Prove that $f = g$, given that $f \circ h = g \circ h$

Question

Let $A$, $B$, $C$ be sets, and let $f, g, h$ be functions such that: $$ h: A \rightarrow B\\ f: B \rightarrow C\\ g: B \rightarrow C $$

Given that $f \circ h = g \circ h$, prove or disprove that $f=g$ if:

1. $h$ is surjective

2. $h$ is injective

How do I use/incorporate the fact that $h$ is surjective/injective in order to prove that $f=g$?

My attempt at proving (1):

Let $h$ be surjective, therefore for every $b\in B$, there exists $a \in A$ such that $h(a) = b$. Therefore, $f \circ h$ and $g \circ h$ are defined for every $a \in A$.

And given that $f \circ h = g \circ h$, it is true that for every $a \in A \implies f \circ h (a) = g \circ (a)$. Therefore $f = g$.

Edit: My attempt at proving (2):

Let $h$ be injective and not surjective. Therefore there exists $b_1 \in B$ such that for all $a \in A$ $f(a) \neq b_1$. We will define $f$ such that: $f(b_1) = c_1$, and we will define $g$ such that: $g(b_1) = c_2$.

Therefore $f \neq g$.

Answer 1

f and g are mappings with the same domains and codomains. Therefore they are equal iff for all $x$ in $ B$ $f(x)=g(x)$.
Draw a diagram with h as a surjective mapping and realise that the previous equality holds because for any element of $B$ we can always find an element of $A$ that maps to it via $ h $. Use a similiar diagram to find a counterexample in case that $h$ is injective.

Answer 2

Your proof is okay - it certainly gets the right idea, but it's not quite correctly written. Your first sentence is a good idea:

Since $h$ is surjective, for every $b\in B$ there exists an $a\in A$ such that $h(a)=b$.

You then write "therefore $f\circ h$ and $g\circ h$ are defined for every $a\in A$" - but that's not relevant, because these are all (total) functions, so whether or not an expression is defined for every $a\in A$ doesn't depend at all on surjectivity and, indeed, in this context, is assumed by the notation that $f\circ h$ and $g\circ h$ are maps $A\rightarrow C$. You also get the right idea that two functions are equal if and only if all of their evaluations are equal - but you don't apply this to the pair $(f,g)$ of functions.

It's somewhat better to start by thinking about your goal: you want to show $f=g$ which is the same as saying that $f(b)=g(b)$ for all $b\in B$. This is almost always a good starting point if you wish to show functions are equal. It makes it clear how this statement fits together with $h$ being surjective: that lets us pick some $a$ so that $h(a)=b$. Then you can just write

Let $b\in B$ be arbitrary. Note that there exists some $a\in A$ such that $h(a)=b$. Therefore $f(b)=f(h(a))=g(h(a))=g(b)$ where the middle equality follows from the assumption that $f\circ h = g\circ h$. Since $b$ was arbitrary, $f = g$.

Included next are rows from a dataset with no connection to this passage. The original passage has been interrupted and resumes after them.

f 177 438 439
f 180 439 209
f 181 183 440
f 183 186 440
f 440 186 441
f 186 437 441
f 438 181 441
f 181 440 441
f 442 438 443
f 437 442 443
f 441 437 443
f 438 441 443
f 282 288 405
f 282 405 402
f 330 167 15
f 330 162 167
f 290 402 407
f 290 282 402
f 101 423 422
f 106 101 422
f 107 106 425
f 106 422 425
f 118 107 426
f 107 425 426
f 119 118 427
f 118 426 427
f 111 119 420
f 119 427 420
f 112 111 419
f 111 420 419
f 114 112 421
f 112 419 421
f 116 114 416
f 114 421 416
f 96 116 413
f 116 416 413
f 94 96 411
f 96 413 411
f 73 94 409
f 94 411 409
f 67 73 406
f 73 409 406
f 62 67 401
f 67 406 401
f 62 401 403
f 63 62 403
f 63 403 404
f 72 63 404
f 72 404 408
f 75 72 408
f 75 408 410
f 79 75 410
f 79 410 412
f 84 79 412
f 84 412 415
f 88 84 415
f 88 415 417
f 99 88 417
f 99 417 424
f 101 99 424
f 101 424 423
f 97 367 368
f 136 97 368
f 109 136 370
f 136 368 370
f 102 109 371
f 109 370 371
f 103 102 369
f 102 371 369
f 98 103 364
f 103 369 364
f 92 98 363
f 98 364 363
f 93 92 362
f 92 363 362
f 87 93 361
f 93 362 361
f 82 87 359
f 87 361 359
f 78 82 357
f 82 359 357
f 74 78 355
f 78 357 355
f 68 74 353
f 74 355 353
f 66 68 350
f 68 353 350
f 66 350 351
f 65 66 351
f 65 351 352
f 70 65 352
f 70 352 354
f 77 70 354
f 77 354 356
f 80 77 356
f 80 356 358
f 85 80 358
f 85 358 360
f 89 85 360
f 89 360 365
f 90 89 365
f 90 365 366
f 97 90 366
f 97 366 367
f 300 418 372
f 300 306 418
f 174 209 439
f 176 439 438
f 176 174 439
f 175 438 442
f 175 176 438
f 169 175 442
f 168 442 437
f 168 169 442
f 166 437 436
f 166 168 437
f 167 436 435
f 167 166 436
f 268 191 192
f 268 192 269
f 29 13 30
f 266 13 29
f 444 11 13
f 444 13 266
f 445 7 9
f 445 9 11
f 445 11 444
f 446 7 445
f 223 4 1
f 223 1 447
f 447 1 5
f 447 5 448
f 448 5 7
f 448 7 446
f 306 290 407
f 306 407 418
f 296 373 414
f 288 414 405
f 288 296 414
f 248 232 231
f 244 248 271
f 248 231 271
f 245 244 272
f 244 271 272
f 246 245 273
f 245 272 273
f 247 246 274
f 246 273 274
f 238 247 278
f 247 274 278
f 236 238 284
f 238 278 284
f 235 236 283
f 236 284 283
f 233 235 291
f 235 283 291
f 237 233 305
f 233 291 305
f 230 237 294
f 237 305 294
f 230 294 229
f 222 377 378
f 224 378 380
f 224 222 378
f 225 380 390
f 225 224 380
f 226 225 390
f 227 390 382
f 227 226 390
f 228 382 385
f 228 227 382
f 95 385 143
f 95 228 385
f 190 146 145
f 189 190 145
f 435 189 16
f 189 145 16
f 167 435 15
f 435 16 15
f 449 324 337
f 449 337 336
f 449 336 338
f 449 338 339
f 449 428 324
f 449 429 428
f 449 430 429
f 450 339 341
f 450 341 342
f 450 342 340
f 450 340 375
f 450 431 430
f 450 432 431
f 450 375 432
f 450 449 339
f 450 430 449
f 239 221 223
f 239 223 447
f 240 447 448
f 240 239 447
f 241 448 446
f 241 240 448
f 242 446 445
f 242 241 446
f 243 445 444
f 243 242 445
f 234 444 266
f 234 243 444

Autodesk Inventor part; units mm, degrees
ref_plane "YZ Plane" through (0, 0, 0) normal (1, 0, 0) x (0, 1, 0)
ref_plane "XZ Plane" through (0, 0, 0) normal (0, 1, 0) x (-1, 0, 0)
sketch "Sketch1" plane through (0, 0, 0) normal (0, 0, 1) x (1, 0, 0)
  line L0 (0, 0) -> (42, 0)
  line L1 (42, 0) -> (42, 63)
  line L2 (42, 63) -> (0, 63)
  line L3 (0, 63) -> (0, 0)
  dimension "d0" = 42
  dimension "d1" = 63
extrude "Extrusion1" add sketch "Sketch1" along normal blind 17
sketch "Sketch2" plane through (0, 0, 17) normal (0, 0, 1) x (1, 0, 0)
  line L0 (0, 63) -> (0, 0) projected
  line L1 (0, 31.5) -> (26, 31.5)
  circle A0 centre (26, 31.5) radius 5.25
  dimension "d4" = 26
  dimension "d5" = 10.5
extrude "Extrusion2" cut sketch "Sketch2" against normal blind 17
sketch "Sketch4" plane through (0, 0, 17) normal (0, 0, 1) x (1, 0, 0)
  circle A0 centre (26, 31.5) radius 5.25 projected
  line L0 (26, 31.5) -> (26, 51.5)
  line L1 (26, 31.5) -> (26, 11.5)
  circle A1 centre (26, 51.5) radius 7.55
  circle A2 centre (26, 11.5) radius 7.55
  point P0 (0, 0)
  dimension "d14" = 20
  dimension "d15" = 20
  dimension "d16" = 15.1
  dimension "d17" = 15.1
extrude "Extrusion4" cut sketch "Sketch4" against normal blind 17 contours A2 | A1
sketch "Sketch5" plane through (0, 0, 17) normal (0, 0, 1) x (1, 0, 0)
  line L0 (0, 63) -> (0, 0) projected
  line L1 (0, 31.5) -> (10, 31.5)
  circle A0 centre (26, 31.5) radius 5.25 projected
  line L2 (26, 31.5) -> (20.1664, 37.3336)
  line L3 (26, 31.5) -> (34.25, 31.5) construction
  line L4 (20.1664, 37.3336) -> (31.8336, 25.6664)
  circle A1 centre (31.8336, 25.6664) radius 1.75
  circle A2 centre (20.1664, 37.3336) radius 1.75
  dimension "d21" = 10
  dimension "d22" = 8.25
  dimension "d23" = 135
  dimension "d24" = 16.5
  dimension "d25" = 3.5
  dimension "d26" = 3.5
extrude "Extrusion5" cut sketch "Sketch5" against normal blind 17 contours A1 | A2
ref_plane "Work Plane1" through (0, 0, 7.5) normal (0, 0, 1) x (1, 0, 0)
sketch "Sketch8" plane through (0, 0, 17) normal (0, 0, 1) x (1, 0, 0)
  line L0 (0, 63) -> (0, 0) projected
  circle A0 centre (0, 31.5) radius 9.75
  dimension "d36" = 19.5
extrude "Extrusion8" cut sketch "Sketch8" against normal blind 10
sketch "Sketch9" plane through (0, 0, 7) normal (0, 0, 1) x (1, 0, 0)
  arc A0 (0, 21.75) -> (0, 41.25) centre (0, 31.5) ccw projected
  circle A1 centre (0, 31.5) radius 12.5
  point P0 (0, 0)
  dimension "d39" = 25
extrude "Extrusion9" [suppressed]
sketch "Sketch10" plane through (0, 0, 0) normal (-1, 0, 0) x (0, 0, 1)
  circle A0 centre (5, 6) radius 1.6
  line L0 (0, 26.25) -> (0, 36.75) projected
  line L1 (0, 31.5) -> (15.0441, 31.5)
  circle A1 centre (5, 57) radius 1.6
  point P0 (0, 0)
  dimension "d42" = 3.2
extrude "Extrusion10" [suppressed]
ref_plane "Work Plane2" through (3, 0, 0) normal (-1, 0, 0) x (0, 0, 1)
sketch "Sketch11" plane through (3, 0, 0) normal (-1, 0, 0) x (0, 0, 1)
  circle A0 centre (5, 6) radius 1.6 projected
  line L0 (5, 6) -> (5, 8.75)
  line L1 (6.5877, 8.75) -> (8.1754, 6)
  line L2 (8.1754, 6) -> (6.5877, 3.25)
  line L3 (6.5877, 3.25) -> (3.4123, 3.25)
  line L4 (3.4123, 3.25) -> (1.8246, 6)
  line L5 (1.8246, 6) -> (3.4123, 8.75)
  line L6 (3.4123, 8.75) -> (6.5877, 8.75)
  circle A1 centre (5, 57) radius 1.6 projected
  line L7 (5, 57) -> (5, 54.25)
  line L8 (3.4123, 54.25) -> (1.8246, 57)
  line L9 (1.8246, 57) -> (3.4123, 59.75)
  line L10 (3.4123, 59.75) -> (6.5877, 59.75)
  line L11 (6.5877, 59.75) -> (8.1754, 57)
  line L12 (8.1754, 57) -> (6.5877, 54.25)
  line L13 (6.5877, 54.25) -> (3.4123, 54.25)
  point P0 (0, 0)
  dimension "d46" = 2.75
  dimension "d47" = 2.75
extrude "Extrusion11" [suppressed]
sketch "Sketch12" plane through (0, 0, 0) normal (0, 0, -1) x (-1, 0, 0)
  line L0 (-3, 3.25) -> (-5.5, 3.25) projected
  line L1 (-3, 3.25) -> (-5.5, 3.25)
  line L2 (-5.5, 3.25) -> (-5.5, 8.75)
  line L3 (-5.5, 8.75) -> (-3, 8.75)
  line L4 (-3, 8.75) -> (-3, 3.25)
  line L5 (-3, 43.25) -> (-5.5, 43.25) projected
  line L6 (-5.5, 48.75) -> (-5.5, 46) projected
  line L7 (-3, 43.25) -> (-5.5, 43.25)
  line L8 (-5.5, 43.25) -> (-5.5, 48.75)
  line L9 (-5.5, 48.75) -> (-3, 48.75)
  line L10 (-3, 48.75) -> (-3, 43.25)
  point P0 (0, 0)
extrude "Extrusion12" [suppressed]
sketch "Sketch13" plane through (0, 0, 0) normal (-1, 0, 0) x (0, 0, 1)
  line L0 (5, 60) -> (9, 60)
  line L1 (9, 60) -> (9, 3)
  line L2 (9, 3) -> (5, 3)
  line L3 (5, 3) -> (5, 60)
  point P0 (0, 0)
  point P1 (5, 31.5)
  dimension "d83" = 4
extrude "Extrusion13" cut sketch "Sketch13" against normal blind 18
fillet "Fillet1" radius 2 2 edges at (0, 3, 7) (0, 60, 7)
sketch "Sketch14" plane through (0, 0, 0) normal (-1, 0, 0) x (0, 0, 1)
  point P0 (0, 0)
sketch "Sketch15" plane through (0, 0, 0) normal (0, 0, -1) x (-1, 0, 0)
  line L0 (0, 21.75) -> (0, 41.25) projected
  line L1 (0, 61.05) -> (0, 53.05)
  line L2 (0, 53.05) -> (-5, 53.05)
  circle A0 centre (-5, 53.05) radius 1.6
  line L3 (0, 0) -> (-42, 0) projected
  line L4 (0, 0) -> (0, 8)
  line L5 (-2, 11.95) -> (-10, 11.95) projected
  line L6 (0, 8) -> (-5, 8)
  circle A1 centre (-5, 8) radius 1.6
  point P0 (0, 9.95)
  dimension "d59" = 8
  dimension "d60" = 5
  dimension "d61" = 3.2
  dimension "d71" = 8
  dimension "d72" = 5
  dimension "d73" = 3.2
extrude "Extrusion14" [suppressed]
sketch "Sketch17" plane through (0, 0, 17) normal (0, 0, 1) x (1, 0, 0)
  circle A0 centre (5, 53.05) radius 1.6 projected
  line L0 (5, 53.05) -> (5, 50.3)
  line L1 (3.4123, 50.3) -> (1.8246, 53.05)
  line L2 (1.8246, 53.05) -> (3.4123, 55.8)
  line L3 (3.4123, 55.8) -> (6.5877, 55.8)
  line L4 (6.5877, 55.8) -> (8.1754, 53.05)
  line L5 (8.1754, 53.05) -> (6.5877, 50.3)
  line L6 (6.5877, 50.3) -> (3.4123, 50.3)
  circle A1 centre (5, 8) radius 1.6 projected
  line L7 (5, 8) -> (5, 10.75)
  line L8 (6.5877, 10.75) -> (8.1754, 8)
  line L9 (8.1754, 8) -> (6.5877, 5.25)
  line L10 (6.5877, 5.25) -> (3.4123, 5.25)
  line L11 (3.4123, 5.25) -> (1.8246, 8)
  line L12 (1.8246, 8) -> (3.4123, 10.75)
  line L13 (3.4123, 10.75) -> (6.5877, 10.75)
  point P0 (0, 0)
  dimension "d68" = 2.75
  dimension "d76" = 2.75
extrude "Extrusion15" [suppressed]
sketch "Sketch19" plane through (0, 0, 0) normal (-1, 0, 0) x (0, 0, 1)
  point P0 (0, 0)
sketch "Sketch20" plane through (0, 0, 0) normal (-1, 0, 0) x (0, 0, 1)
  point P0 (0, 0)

It seems like you had the idea of this in mind, but your proof didn't accurately convey it. Note how our path is very explicit here: we showed $f=g$ by showing that $f(b)=g(b)$ for every $b\in B$, which we did via a little algebra involving the substitution $b=h(a)$.

For injectivity, you might just consider why this proof fails - essentially, what you show in the proof is that $f\circ h = g\circ h$ implies that $f$ and $g$ are equal on the image of $h$ - but what if that image isn't all of $B$? What happens if you make the values of $f$ and $g$ disagree off of the image of $h$? (Then, you can distill this into a simple counterexample; you might consider even using the case where $A$ is empty if you're comfortable with that edge case).

It's perhaps worth noting that if $h$ is injective, then $h\circ f=h\circ g$ does imply $f=g$ where $h:B\rightarrow C$ and $f,g:A\rightarrow B$. The proof is very similar in character to the one I show earlier, but you end up doing it in reverse - it's useful to start with noting, for all $a\in A$ that $$h(f(a))=h(g(a))$$ and then using injectivity of $h$ on that to immediately conclude that $f(a)=g(a)$.

You might also consider what happens if $h\circ f = h\circ g$ for $h$ not injective - where does this go wrong and how can you make a counterexample for it?